Happy St. Pattie’s Day!
While I don’t have green beer or cabbage for you today, I do come bearing shrimp n’ grits, which in my opinion, is far tastier than green beer could ever be.
When we think of typical comfort food, usually things like fried chicken, pot pie or chocolate chip cookies immediately come to mind. But having lived in the Lowcountry, shrimp n’ grits is on the top of my personal comfort food list.
And for good reason! Creamy, cheesy grits topped with crumbled bacon and shrimp are just the thing to fix any bad day or mood and come together in less than half an hour for a tasty comforting dinner on the fly.

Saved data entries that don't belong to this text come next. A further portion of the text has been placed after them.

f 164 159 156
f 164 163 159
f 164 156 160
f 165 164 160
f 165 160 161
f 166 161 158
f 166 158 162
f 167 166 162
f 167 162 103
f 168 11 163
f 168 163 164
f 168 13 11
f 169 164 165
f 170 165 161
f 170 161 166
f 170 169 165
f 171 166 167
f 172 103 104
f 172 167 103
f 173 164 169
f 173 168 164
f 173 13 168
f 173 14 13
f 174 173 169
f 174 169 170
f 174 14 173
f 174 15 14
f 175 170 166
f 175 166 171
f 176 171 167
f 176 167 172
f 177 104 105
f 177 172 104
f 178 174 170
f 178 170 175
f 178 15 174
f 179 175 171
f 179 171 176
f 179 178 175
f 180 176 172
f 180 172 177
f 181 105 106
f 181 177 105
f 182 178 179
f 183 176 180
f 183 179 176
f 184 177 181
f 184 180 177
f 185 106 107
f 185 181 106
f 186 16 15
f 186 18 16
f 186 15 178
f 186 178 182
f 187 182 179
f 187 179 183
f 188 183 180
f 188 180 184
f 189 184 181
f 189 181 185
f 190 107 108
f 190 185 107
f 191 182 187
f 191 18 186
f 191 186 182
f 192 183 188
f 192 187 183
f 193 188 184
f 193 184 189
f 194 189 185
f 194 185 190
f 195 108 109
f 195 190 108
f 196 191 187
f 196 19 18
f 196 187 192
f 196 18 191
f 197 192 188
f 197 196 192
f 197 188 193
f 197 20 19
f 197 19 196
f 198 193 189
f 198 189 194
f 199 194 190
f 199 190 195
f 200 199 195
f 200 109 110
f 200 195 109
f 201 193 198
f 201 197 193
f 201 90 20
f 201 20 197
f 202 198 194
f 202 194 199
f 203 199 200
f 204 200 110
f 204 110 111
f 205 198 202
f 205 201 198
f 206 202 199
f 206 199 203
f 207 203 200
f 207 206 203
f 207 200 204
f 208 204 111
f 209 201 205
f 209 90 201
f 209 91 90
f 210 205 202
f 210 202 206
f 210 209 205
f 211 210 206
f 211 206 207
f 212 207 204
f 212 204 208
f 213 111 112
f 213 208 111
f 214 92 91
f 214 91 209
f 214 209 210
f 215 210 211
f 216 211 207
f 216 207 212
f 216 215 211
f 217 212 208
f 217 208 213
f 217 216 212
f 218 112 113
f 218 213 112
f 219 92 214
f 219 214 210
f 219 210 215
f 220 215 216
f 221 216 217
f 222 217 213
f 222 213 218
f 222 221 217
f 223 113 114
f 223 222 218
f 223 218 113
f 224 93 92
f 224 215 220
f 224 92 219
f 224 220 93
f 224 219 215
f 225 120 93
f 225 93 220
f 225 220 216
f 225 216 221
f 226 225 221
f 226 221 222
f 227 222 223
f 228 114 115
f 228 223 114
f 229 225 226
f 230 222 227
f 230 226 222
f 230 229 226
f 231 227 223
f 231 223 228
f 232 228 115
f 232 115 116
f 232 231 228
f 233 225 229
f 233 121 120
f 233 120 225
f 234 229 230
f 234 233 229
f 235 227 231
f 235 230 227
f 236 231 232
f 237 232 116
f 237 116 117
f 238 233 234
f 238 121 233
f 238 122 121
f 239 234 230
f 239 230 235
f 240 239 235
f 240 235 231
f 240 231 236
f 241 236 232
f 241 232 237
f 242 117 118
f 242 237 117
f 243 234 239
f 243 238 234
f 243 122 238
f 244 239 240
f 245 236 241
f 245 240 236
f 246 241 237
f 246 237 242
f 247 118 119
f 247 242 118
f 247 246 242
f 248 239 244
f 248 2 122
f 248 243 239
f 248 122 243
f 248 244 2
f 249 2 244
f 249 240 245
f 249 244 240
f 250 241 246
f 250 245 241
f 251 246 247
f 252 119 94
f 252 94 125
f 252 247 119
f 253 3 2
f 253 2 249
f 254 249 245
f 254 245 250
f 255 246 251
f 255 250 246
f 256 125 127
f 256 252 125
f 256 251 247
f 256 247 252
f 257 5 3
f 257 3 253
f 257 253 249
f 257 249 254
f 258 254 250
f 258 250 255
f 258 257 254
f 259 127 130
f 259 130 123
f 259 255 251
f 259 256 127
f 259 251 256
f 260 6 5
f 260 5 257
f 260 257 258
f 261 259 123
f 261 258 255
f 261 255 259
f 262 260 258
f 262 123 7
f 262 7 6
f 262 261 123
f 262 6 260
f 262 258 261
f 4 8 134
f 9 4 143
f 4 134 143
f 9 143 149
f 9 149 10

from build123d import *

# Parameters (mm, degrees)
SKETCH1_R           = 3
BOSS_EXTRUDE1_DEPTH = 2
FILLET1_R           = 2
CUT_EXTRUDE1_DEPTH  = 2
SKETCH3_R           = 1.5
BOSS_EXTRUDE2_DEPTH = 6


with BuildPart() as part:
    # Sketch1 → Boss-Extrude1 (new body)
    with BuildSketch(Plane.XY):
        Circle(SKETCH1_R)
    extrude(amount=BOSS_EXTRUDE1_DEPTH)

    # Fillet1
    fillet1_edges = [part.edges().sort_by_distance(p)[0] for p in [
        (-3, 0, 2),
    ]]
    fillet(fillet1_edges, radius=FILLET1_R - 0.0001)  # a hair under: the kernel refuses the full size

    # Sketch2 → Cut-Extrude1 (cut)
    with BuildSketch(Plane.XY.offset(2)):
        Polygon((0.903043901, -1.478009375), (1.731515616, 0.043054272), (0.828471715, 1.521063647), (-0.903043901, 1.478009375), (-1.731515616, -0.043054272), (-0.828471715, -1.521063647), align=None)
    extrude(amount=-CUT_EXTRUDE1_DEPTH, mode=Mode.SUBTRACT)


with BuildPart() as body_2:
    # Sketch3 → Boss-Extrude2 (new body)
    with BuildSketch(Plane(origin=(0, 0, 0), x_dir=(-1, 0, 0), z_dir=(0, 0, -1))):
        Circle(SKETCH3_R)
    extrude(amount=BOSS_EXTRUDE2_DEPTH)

Never had shrimp n’ grits before? I’m sorry. You’re in for a very tasty treat!
I’m a GRITS girl. That means girl raised in the south for all y’all yankees out there. And, as a GRITS girl, we obviously know our grits. Some people are purists, only adding a dash of salt and pepper to theirs, but I’m a loaded baked potato. I love to load my grits with cheddar cheese, butter, salt and pepper. And sometimes bacon grease. There, I said it!
Oh it’s good. Really, really good.
And made even better with shrimp and bacon!
I made this little dinner for myself last Saturday night. I had an awful migraine and, I kid you not, started to feel better as the scent of bacon frying filled my little house.
It pretty much solidified my theory that bacon makes everything better—even migraines.
In a Hurry Shrimp n’ Grits
1/4 cup dry stoneground grits
1 cup water
pinch of salt and pepper
1/4 cup grated sharp cheddar cheese
1 tsp butter
1 slice thick cut bacon
5 large raw shrimp, tails off
1/4 cup sliced green onions
2 cloves garlic, minced
Bring the water to a boil on the stove and add the grits, salt and pepper. Reduce the heat to simmer and cook until grits are creamy and all water has been absorbed, about 15 minutes. Take off heat, stir in cheese and butter and set aside.
While the grits are cooking, fry the bacon over low heat in a large cast iron skillet. When bacon is crispy, remove from pan and crumble (don’t pour out grease). Turn up the heat and add the shrimp to the pan, cooking for about 30 seconds until shrimp turn pink and curl up. Remove shrimp to a plate to keep warm and add sliced green onions, garlic and crumbled bacon, cooking for another 30 seconds.
Pour green onion mixture on top of grits and top with shrimp. Enjoy!